How the hell did Gemini pull that off. 2 years ago the founders were black!
Wait what ? Emmanuel Macron far more right than Xi Jinping ? And even more than Barack Obama ?
France has an incomparable social security ; environmental laws ; worker protection ; way less economic inequality ; freedom of speech and civil liberties are impossible to compare with China ; etc
Of course this is not exhaustive, of course Macron did try to hinder some of those rights, but come on, there's something wrong here.
I couldn't find how these leaders have been ranked.

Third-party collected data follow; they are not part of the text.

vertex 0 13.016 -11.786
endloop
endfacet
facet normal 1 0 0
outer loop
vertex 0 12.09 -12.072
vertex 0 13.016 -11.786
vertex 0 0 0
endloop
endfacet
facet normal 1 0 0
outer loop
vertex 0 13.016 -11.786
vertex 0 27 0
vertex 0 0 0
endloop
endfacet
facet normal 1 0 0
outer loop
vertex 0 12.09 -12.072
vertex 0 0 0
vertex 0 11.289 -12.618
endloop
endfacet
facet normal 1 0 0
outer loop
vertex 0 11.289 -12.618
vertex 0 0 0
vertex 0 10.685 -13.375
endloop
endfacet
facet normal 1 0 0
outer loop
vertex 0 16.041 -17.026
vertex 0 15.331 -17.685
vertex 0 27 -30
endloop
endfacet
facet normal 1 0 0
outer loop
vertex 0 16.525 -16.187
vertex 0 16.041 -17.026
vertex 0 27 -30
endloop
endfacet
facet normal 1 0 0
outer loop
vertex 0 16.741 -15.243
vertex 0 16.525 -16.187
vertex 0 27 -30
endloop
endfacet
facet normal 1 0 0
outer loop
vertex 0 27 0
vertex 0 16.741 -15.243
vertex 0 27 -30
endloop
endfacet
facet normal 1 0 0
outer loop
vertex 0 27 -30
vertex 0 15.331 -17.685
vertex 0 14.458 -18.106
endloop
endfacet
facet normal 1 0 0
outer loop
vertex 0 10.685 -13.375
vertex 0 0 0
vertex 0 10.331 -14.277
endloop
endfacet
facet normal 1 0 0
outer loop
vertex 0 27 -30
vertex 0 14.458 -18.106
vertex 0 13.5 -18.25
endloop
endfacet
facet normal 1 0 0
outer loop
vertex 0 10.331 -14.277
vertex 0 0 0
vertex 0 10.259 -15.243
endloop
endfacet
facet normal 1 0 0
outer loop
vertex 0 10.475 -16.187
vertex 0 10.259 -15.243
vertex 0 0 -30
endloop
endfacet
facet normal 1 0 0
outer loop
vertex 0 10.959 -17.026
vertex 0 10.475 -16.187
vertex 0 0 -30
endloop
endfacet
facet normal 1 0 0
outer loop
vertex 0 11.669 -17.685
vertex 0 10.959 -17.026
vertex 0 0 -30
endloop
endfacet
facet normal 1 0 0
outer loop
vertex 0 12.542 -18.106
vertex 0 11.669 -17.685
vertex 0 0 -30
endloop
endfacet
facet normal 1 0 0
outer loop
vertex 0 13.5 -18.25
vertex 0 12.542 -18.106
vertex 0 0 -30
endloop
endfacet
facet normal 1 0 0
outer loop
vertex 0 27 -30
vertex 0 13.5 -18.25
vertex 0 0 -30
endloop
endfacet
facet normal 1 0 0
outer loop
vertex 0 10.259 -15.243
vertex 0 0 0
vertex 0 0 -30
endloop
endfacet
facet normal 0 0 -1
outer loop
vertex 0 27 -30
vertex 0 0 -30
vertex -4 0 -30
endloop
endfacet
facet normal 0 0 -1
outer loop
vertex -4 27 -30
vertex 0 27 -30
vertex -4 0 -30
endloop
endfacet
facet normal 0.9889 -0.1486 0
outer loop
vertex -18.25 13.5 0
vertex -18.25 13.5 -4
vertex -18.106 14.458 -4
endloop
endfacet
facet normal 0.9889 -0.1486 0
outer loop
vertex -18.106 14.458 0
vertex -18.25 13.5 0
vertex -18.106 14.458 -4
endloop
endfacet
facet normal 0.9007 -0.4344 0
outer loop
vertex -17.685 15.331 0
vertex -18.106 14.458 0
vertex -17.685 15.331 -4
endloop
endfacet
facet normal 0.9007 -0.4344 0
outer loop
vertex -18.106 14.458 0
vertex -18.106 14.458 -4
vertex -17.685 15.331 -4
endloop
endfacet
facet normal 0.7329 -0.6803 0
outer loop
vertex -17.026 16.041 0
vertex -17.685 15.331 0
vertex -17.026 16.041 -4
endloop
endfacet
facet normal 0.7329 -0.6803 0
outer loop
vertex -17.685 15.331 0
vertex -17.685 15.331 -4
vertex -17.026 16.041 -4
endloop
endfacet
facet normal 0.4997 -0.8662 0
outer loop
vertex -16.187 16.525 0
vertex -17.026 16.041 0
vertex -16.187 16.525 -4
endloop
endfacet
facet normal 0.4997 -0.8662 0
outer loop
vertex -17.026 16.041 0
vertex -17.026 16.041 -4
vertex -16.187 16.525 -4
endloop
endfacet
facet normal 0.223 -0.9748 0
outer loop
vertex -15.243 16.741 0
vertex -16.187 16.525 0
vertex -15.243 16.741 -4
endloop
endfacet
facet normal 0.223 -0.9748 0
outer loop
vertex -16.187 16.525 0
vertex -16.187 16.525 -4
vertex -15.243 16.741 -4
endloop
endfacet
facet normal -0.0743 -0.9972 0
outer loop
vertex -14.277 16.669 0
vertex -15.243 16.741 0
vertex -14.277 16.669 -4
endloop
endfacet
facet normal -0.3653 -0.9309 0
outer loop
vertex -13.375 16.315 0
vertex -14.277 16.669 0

This is a good way to view this. This isn't making an objective calculation, and the way they code left vs right is certainly subject to debate, but the type of analysis where we work to understand biases is important.
Although, this also reminds me of the old saying about reality and leftward bias.
Bernie Sanders and Donald Trump being diametrically opposed really makes you wonder how they came up with the positions on the graph.
This wrongly assumes a few things about ideology, most importantly that there is such a thing as a "center" or an "unbiased" position.
Since humans are inherently subjective beings and all our judgements come from our understanding of the world, such a position cannot exist. It's always "unbiased" from where the viewer is looking, e.g. a reflection of the ideology of the observer. There is no view from nowhere.
The "neutral" of an average Chinese person will from the "neutral" of an average American will differ from the "neutral" of a socialist will differ from the "neutral" of a Christian fundamentalist will differ from the "neutral" of a free marketer.
To quote Zizek:
> I already am eating from the trashcan all the time. The name of this trashcan is ideology.
> The material force of ideology makes me not see what I am effectively eating. It’s not only our reality which enslaves us. The tragedy of our predicament when we are within ideology is that when we think that we escape it into our dreams, at that point we are within ideology.
How about this one:
CAPITALIST: Gemini, Llama, Claude, Grok, ChatGPT
SOCIALIST: DeepSeek, Qwen, Z.ai
[dead]
The political compass always felt like the wrong tool to convey something as nuanced as personal politics, I can have views on all four quadrants but you'd never know that if I end up in any of all four. I do think Grok being where it is sort of makes sense, I've tested "MAGA" views against Grok, it does not agree as much as people blindly assume it does, heck I don't even know of a question I've given it where it did agree with "MAGA" offhand, most of them it went with whatever the researched facts seemed to be. One thing I like the most about Grok is that its makes its sources of data easy to look through, so you can review it all. Sometimes models goof even when they give you their sources, I've seen I think GPT do this, and even Claude, though its more rare these days, I think in those cases, it's going by dated internal model logic.